%%
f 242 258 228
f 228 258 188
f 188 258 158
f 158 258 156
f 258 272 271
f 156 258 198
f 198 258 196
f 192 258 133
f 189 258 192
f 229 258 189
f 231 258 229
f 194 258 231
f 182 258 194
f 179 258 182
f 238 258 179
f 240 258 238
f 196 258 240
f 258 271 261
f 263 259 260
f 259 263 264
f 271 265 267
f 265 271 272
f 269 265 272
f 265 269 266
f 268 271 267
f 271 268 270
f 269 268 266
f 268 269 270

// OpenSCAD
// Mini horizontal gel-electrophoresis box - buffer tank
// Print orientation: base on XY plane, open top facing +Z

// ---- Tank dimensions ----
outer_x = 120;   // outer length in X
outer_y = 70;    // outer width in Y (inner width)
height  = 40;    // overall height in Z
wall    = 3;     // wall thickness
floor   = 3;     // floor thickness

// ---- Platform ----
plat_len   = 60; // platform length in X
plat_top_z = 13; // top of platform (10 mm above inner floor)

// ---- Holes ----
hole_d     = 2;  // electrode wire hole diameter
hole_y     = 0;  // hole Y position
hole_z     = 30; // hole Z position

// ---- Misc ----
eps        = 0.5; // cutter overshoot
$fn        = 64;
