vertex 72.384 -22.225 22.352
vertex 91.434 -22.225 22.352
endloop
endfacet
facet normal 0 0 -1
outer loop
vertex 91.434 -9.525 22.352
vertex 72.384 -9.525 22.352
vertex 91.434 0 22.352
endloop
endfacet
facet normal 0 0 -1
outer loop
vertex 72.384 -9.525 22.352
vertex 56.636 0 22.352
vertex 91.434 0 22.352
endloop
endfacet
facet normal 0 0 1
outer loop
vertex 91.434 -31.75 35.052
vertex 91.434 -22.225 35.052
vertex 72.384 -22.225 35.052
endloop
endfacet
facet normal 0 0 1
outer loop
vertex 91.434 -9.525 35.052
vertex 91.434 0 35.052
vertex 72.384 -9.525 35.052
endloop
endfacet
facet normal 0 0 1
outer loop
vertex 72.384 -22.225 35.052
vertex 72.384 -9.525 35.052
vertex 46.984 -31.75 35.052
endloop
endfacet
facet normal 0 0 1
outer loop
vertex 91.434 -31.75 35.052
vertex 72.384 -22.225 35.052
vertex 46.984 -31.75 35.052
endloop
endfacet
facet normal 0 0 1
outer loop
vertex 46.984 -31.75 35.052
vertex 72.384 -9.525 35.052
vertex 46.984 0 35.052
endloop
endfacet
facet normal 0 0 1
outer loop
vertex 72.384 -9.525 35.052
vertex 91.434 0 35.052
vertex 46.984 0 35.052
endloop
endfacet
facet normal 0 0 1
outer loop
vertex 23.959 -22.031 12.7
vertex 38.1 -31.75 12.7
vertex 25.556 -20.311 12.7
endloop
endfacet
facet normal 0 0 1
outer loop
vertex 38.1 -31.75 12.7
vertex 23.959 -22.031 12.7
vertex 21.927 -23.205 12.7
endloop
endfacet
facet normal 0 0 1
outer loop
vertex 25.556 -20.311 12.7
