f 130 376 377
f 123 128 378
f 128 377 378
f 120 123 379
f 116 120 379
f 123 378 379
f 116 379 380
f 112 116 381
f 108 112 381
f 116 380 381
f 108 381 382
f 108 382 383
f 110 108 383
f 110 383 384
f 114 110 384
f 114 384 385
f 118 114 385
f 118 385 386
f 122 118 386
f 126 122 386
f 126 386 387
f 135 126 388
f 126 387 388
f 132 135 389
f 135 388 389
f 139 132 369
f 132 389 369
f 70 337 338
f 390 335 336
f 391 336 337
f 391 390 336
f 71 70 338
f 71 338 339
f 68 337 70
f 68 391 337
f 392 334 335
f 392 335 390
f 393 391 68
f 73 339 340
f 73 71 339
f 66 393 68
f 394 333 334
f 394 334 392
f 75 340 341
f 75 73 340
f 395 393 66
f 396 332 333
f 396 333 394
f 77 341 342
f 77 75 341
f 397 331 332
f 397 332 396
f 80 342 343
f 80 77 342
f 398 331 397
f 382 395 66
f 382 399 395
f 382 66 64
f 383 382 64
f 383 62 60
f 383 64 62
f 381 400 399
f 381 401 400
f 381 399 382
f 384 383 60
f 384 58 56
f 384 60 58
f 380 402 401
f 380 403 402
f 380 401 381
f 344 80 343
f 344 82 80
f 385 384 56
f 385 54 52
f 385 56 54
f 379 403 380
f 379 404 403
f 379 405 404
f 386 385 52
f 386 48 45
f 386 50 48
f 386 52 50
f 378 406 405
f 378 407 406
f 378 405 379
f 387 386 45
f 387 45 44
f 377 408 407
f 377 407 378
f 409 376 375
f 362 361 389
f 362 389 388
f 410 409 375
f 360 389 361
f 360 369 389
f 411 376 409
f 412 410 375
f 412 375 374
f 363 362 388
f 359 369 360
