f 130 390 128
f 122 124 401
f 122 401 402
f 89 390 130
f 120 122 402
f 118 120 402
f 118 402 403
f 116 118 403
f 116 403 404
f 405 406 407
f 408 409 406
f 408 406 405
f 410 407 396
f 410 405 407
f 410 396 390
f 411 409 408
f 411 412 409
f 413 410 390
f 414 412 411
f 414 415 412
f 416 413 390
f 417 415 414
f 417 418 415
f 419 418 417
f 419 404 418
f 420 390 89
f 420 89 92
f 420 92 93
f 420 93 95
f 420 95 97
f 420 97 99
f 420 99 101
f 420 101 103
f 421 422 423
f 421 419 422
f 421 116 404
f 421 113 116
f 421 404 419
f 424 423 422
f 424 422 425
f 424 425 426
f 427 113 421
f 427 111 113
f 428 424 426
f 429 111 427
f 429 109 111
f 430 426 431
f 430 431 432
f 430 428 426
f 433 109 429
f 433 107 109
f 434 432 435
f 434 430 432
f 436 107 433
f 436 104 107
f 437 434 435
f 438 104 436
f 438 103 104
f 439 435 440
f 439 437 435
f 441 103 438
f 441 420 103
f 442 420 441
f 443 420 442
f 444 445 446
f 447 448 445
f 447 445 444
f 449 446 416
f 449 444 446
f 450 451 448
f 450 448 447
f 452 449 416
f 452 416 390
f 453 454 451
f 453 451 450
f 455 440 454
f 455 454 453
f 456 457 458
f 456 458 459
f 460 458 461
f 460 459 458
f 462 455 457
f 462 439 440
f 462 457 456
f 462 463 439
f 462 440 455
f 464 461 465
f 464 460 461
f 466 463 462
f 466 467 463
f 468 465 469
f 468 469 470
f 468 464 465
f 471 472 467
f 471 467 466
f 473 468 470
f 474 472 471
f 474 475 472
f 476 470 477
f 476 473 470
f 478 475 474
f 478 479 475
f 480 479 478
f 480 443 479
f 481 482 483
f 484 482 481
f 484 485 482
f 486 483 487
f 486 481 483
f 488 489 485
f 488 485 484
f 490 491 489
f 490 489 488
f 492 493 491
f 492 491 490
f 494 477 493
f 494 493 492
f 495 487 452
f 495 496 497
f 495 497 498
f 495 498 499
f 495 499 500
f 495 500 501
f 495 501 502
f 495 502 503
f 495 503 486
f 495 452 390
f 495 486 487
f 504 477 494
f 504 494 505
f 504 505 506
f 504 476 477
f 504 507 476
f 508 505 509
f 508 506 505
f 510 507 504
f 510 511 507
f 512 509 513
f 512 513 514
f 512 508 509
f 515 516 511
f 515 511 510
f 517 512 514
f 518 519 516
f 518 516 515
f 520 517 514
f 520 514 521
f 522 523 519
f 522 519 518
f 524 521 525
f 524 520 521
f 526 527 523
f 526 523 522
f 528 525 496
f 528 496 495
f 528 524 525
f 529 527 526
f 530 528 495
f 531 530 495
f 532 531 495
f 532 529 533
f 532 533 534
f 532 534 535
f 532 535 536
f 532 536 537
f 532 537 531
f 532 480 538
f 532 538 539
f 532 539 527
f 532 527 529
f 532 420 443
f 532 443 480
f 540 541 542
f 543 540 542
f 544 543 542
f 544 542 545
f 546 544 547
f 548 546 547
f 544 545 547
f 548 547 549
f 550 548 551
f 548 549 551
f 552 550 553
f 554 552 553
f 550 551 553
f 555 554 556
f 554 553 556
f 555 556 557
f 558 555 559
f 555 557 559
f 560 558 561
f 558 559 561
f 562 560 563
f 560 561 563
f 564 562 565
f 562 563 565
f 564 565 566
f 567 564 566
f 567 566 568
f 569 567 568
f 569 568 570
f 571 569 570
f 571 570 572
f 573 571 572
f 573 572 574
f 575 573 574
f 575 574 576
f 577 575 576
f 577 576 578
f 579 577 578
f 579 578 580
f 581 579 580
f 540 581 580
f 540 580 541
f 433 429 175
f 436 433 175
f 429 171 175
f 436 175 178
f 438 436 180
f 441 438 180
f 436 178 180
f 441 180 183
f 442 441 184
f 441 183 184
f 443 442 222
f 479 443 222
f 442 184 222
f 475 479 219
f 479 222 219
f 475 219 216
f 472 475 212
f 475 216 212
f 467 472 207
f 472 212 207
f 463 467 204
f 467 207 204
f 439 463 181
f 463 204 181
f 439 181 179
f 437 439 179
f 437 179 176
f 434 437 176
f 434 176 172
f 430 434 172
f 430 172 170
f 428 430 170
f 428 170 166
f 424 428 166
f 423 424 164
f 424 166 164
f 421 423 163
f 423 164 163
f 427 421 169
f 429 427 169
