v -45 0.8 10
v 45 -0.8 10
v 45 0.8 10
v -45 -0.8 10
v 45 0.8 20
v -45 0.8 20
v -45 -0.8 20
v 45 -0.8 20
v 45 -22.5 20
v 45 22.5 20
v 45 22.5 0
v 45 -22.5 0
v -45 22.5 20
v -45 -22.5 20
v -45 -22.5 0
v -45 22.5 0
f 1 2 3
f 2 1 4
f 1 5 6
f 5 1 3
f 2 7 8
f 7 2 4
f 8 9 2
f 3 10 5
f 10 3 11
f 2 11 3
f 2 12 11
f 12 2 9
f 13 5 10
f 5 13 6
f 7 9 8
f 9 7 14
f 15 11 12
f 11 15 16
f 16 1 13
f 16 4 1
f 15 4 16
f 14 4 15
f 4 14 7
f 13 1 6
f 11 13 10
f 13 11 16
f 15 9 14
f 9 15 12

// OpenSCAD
// Microscope slide drying rack
// Print orientation: base block on the bed (z = 0), slots open upward.

// ---------------- Parameters ----------------
block_len    = 90;    // base block length along X (mm)
block_wid    = 45;    // base block width along Y (mm)
block_ht     = 20;    // base block height along Z (mm)

slot_count   = 10;    // number of slide slots
slot_len     = 77;    // slot length along X (mm)
slot_wid     = 1.6;   // slot width along Y (mm)
slot_depth   = 10;    // slot depth from top face (mm)
slot_pitch   = 3.5;   // centre-to-centre slot spacing along Y (mm)

eps          = 0.5;   // overshoot of cutters past faces (mm)

$fn = 64;

// ---------------- Model ----------------
difference() {
    // Base block, centred in X and Y, sitting on z = 0
    translate([-block_len / 2, -block_wid / 2, 0])
        cube([block_len, block_wid, block_ht]);

    // Parallel slots, centred as a group in X and Y
    for (i = [0 : slot_count - 1]) {
        x_c = (i - (slot_count - 1) / 2) * slot_pitch;
        translate([x_c - slot_len / 2, -slot_wid / 2, block_ht - slot_depth])
            cube([slot_len, slot_wid, slot_depth + eps]);
    }
}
%%
#### Work task
Within the material above, transcribe exactly the lines that run from the line holding "f 558 559 561" through the line holding "f 581 579 580".

#### Written solution
f 558 559 561
f 562 560 563
f 560 561 563
f 564 562 565
f 562 563 565
f 564 565 566
f 567 564 566
f 567 566 568
f 569 567 568
f 569 568 570
f 571 569 570
f 571 570 572
f 573 571 572
f 573 572 574
f 575 573 574
f 575 574 576
f 577 575 576
f 577 576 578
f 579 577 578
f 579 578 580
f 581 579 580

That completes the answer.